▸ Try it: Only a slice of the listing below is wanted. Retype the lines from the one containing "Line((-5.868805, 39.862669), (-5.868805, 24.862669))" through the one containing "Line((16.966106, -20.339181), (29.956487, -27.839181))", exactly, both ends included.

▸ Data for review:
-*-*-

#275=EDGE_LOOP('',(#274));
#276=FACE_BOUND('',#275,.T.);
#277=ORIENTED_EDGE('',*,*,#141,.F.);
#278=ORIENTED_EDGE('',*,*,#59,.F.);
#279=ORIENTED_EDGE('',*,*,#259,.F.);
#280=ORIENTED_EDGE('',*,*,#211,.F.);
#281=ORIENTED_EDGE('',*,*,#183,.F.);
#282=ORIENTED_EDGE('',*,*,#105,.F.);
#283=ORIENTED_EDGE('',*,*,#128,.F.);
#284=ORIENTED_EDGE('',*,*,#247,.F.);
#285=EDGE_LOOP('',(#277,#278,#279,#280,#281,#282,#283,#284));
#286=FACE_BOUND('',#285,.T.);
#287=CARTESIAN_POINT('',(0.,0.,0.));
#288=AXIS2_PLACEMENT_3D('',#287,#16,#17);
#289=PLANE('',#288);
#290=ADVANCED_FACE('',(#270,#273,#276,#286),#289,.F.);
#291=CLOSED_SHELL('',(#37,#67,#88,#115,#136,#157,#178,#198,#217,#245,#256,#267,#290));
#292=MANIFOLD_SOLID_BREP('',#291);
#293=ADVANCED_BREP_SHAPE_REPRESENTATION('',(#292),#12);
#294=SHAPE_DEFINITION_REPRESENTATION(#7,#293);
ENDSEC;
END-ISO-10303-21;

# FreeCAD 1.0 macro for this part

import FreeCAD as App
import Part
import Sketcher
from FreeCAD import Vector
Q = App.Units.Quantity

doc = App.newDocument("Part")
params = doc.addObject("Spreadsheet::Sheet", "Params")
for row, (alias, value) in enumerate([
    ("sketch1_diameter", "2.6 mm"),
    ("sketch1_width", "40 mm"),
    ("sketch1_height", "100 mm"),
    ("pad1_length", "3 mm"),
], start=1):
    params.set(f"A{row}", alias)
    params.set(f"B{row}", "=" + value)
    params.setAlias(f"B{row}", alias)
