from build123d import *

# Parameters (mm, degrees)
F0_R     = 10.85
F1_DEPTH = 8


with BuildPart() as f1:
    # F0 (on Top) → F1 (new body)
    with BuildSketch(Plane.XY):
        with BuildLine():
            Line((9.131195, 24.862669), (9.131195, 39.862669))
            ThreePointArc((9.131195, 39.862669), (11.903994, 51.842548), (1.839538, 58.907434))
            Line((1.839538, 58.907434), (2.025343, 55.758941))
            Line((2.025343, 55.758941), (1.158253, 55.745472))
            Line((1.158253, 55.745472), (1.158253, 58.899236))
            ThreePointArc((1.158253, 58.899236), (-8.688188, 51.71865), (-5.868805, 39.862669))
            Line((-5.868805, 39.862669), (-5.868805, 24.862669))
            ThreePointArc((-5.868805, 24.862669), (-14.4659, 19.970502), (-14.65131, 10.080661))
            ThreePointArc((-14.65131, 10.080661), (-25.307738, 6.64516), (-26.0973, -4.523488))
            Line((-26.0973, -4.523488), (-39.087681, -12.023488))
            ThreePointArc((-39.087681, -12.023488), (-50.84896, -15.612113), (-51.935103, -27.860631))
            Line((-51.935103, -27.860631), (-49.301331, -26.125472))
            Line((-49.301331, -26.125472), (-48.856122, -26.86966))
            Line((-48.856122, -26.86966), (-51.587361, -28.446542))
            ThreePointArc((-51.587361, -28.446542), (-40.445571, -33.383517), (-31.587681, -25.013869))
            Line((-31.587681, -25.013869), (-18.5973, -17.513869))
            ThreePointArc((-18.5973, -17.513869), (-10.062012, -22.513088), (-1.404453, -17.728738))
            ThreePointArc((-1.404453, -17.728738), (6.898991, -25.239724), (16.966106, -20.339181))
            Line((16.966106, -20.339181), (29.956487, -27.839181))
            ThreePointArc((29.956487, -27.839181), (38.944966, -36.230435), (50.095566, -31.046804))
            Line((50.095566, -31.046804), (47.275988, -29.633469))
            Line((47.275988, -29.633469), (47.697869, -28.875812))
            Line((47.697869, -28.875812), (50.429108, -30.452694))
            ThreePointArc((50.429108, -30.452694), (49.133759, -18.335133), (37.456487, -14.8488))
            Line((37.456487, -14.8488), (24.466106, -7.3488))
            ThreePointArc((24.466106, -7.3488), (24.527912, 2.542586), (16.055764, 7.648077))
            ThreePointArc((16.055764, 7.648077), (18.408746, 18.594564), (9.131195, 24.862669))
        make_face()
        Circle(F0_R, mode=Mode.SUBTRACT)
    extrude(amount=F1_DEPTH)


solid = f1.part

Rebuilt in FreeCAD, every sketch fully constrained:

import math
import FreeCAD as App
import Part
import Sketcher

V = App.Vector
Q = App.Units.Quantity

doc = App.newDocument("Part")
body = doc.addObject("PartDesign::Body", "Body")

sketch1 = body.newObject("Sketcher::SketchObject", "Sketch")
sketch1.AttachmentSupport = (doc.getObject("XY_Plane"), [""])
sketch1.MapMode = "FlatFace"
sketch1.addGeometry([
    Part.LineSegment(V(9.131195, 24.862669, 0), V(9.131195, 39.862669, 0)),
    Part.ArcOfCircle(Part.Circle(V(1.631195, 47.909407, 0), V(0, 0, 1), 11), math.radians(-47.014112), math.radians(88.914736)),
    Part.LineSegment(V(1.839538, 58.907434, 0), V(2.025343, 55.758941, 0)),
    Part.LineSegment(V(2.025343, 55.758941, 0), V(1.158253, 55.745472, 0)),
    Part.LineSegment(V(1.158253, 55.745472, 0), V(1.158253, 58.899236, 0)),
    Part.ArcOfCircle(Part.Circle(V(1.631196, 47.909407, 0), V(0, 0, 1), 11), math.radians(92.464179), math.radians(227.014111)),
    Part.LineSegment(V(-5.868805, 39.862669, 0), V(-5.868805, 24.862669, 0)),
    Part.ArcOfCircle(Part.Circle(V(-5.868805, 14.862669, 0), V(0, 0, 1), 10), math.radians(89.999999), math.radians(208.567962)),
    Part.ArcOfCircle(Part.Circle(V(-17.437047, 0.476513, 0), V(0, 0, 1), 10), math.radians(73.824905), math.radians(210.000004)),
    Part.LineSegment(V(-26.0973, -4.523488, 0), V(-39.087681, -12.023488, 0)),
    Part.ArcOfCircle(Part.Circle(V(-42.306361, -22.542048, 0), V(0, 0, 1), 11), math.radians(72.985888), math.radians(208.914736)),
    Part.LineSegment(V(-51.935103, -27.860631, 0), V(-49.301331, -26.125472, 0)),
    Part.LineSegment(V(-49.301331, -26.125472, 0), V(-48.856122, -26.86966, 0)),
    Part.LineSegment(V(-48.856122, -26.86966, 0), V(-51.587361, -28.446542, 0)),
    Part.ArcOfCircle(Part.Circle(V(-42.306361, -22.542047, 0), V(0, 0, 1), 11.000001), math.radians(-147.535819), math.radians(-12.98589)),
    Part.LineSegment(V(-31.587681, -25.013869, 0), V(-18.5973, -17.513869, 0)),
    Part.ArcOfCircle(Part.Circle(V(-9.937046, -12.513869, 0), V(0, 0, 1), 10), math.radians(-149.999998), math.radians(-31.432044)),
    Part.ArcOfCircle(Part.Circle(V(8.305852, -15.339182, 0), V(0, 0, 1), 10), math.radians(-166.17509), math.radians(-29.999997)),
    Part.LineSegment(V(16.966106, -20.339181, 0), V(29.956487, -27.839181, 0)),
    Part.ArcOfCircle(Part.Circle(V(40.675167, -25.36736, 0), V(0, 0, 1), 11), math.radians(-167.014113), math.radians(-31.085267)),
    Part.LineSegment(V(50.095566, -31.046804, 0), V(47.275988, -29.633469, 0)),
    Part.LineSegment(V(47.275988, -29.633469, 0), V(47.697869, -28.875812, 0)),
    Part.LineSegment(V(47.697869, -28.875812, 0), V(50.429108, -30.452694, 0)),
    Part.ArcOfCircle(Part.Circle(V(40.675167, -25.36736, 0), V(0, 0, 1), 11), math.radians(-27.535824), math.radians(107.014113)),
    Part.LineSegment(V(37.456487, -14.8488, 0), V(24.466106, -7.3488, 0)),
    Part.ArcOfCircle(Part.Circle(V(15.805851, -2.348801, 0), V(0, 0, 1), 10.000001), math.radians(-29.999993), math.radians(88.567953)),
    Part.ArcOfCircle(Part.Circle(V(9.131195, 14.862669, 0), V(0, 0, 1), 10), math.radians(-46.175087), math.radians(89.999998)),
    Part.Circle(V(0, 0, 0), V(0, 0, 1), 10.85),
], False)
sketch1.addConstraint([
    Sketcher.Constraint("Coincident", 0, 2, 1, 1),
    Sketcher.Constraint("Coincident", 1, 2, 2, 1),
    Sketcher.Constraint("Coincident", 2, 2, 3, 1),
    Sketcher.Constraint("Coincident", 3, 2, 4, 1),
    Sketcher.Constraint("Coincident", 4, 2, 5, 1),
    Sketcher.Constraint("Coincident", 5, 2, 6, 1),
    Sketcher.Constraint("Coincident", 6, 2, 7, 1),
    Sketcher.Constraint("Coincident", 7, 2, 8, 1),
    Sketcher.Constraint("Coincident", 8, 2, 9, 1),
    Sketcher.Constraint("Coincident", 9, 2, 10, 1),
    Sketcher.Constraint("Coincident", 10, 2, 11, 1),
    Sketcher.Constraint("Coincident", 11, 2, 12, 1),
    Sketcher.Constraint("Coincident", 12, 2, 13, 1),
    Sketcher.Constraint("Coincident", 13, 2, 14, 1),
    Sketcher.Constraint("Coincident", 14, 2, 15, 1),
    Sketcher.Constraint("Coincident", 15, 2, 16, 1),
    Sketcher.Constraint("Coincident", 16, 2, 17, 1),
    Sketcher.Constraint("Coincident", 17, 2, 18, 1),
    Sketcher.Constraint("Coincident", 18, 2, 19, 1),
    Sketcher.Constraint("Coincident", 19, 2, 20, 1),
    Sketcher.Constraint("Coincident", 20, 2, 21, 1),
    Sketcher.Constraint("Coincident", 21, 2, 22, 1),
    Sketcher.Constraint("Coincident", 22, 2, 23, 1),
    Sketcher.Constraint("Coincident", 23, 2, 24, 1),
    Sketcher.Constraint("Coincident", 24, 2, 25, 1),
    Sketcher.Constraint("Coincident", 25, 2, 26, 1),
    Sketcher.Constraint("Coincident", 26, 2, 0, 1),
    Sketcher.Constraint("Vertical", 0),
    Sketcher.Constraint("Vertical", 4),
    Sketcher.Constraint("Vertical", 6),
    Sketcher.Constraint("Coincident", 27, 3, -1, 1),
    Sketcher.Constraint("Coincident", 5, 3, 1, 3),
    Sketcher.Constraint("Coincident", 14, 3, 10, 3),
    Sketcher.Constraint("Coincident", 23, 3, 19, 3),
    Sketcher.Constraint("Equal", 1, 5),
    Sketcher.Constraint("Equal", 7, 8),
    Sketcher.Constraint("Equal", 5, 10),
    Sketcher.Constraint("Equal", 10, 14),
    Sketcher.Constraint("Equal", 8, 16),
    Sketcher.Constraint("Equal", 16, 17),
    Sketcher.Constraint("Equal", 14, 19),
    Sketcher.Constraint("Equal", 19, 23),
    Sketcher.Constraint("Equal", 17, 25),
    Sketcher.Constraint("Equal", 25, 26),
    Sketcher.Constraint("Parallel", 9, 13),
    Sketcher.Constraint("Parallel", 13, 15),
    Sketcher.Constraint("Parallel", 18, 22),
    Sketcher.Constraint("Parallel", 22, 24),
    Sketcher.Constraint("Horizontal", 7, 3, 26, 3),
    Sketcher.Constraint("Horizontal", 0, 2, 5, 2),
    Sketcher.Constraint("Vertical", 26, 3, 0, 2),
    Sketcher.Constraint("Vertical", 7, 3, 5, 2),
    Sketcher.Constraint("Equal", 2, 11),
    Sketcher.Constraint("Equal", 3, 12),
    Sketcher.Constraint("Equal", 9, 15),
    Sketcher.Constraint("Equal", 15, 18),
    Sketcher.Constraint("Equal", 11, 20),
    Sketcher.Constraint("Equal", 12, 21),
    Sketcher.Constraint("Equal", 13, 22),
    Sketcher.Constraint("Equal", 18, 24),
    Sketcher.Constraint("Radius", 1, 11.0),
    Sketcher.Constraint("Radius", 7, 10.0),
    Sketcher.Constraint("Diameter", 27, 21.7),
    Sketcher.Constraint("DistanceY", 0, 1, 0, 2, 15.0),
    Sketcher.Constraint("Angle", 9, Q("-150 deg")),
    Sketcher.Constraint("Angle", 18, Q("-30 deg")),
    Sketcher.Constraint("Distance", 9, 15.0),
    Sketcher.Constraint("DistanceX", 7, 3, 26, 3, 15.0),
    Sketcher.Constraint("DistanceY", 8, 2, 8, 3, 5.000001),
    Sketcher.Constraint("DistanceY", 15, 2, 16, 3, 5.0),
    Sketcher.Constraint("DistanceY", 17, 2, 17, 3, 4.999999),
    Sketcher.Constraint("DistanceY", 24, 2, 25, 3, 4.999999),
    Sketcher.Constraint("DistanceX", 8, 3, 16, 3, 7.500001),
    Sketcher.Constraint("DistanceX", 17, 3, 25, 3, 7.499999),
    Sketcher.Constraint("DistanceX", 13, 2, 14, 3, 9.281),
    Sketcher.Constraint("DistanceY", 25, 3, -1, 1, 2.348801),
    Sketcher.Constraint("DistanceX", 8, 2, -1, 1, 26.0973),
    Sketcher.Constraint("DistanceX", 8, 3, 17, 3, 25.742898),
    Sketcher.Constraint("DistanceX", 19, 3, 19, 2, 9.420399),
    Sketcher.Constraint("DistanceX", 18, 2, 20, 2, 17.319501),
    Sketcher.Constraint("DistanceX", 19, 3, 21, 2, 7.022702),
    Sketcher.Constraint("Distance", 2, 3.153971),
    Sketcher.Constraint("DistanceY", 4, 1, 4, 2, 3.153764),
    Sketcher.Constraint("DistanceY", -1, 1, 7, 3, 14.862669),
    Sketcher.Constraint("DistanceX", 10, 3, -1, 1, 42.306361),
    Sketcher.Constraint("DistanceY", 10, 3, -1, 1, 22.542048),
    Sketcher.Constraint("DistanceY", 17, 3, -1, 1, 15.339182),
    Sketcher.Constraint("DistanceY", -1, 1, 2, 2, 55.758941),
    Sketcher.Constraint("DistanceX", 7, 2, -1, 1, 14.65131),
    Sketcher.Constraint("DistanceY", 10, 2, -1, 1, 27.860631),
    Sketcher.Constraint("DistanceX", 11, 2, -1, 1, 49.301331),
    Sketcher.Constraint("DistanceX", 1, 3, 2, 2, 0.394148),
])
pad1 = body.newObject("PartDesign::Pad", "Pad")
pad1.Profile = sketch1
pad1.Length = 8

doc.recompute()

-*-*-

▸ Solution to the problem:
            Line((-5.868805, 39.862669), (-5.868805, 24.862669))
            ThreePointArc((-5.868805, 24.862669), (-14.4659, 19.970502), (-14.65131, 10.080661))
            ThreePointArc((-14.65131, 10.080661), (-25.307738, 6.64516), (-26.0973, -4.523488))
            Line((-26.0973, -4.523488), (-39.087681, -12.023488))
            ThreePointArc((-39.087681, -12.023488), (-50.84896, -15.612113), (-51.935103, -27.860631))
            Line((-51.935103, -27.860631), (-49.301331, -26.125472))
            Line((-49.301331, -26.125472), (-48.856122, -26.86966))
            Line((-48.856122, -26.86966), (-51.587361, -28.446542))
            ThreePointArc((-51.587361, -28.446542), (-40.445571, -33.383517), (-31.587681, -25.013869))
            Line((-31.587681, -25.013869), (-18.5973, -17.513869))
            ThreePointArc((-18.5973, -17.513869), (-10.062012, -22.513088), (-1.404453, -17.728738))
            ThreePointArc((-1.404453, -17.728738), (6.898991, -25.239724), (16.966106, -20.339181))
            Line((16.966106, -20.339181), (29.956487, -27.839181))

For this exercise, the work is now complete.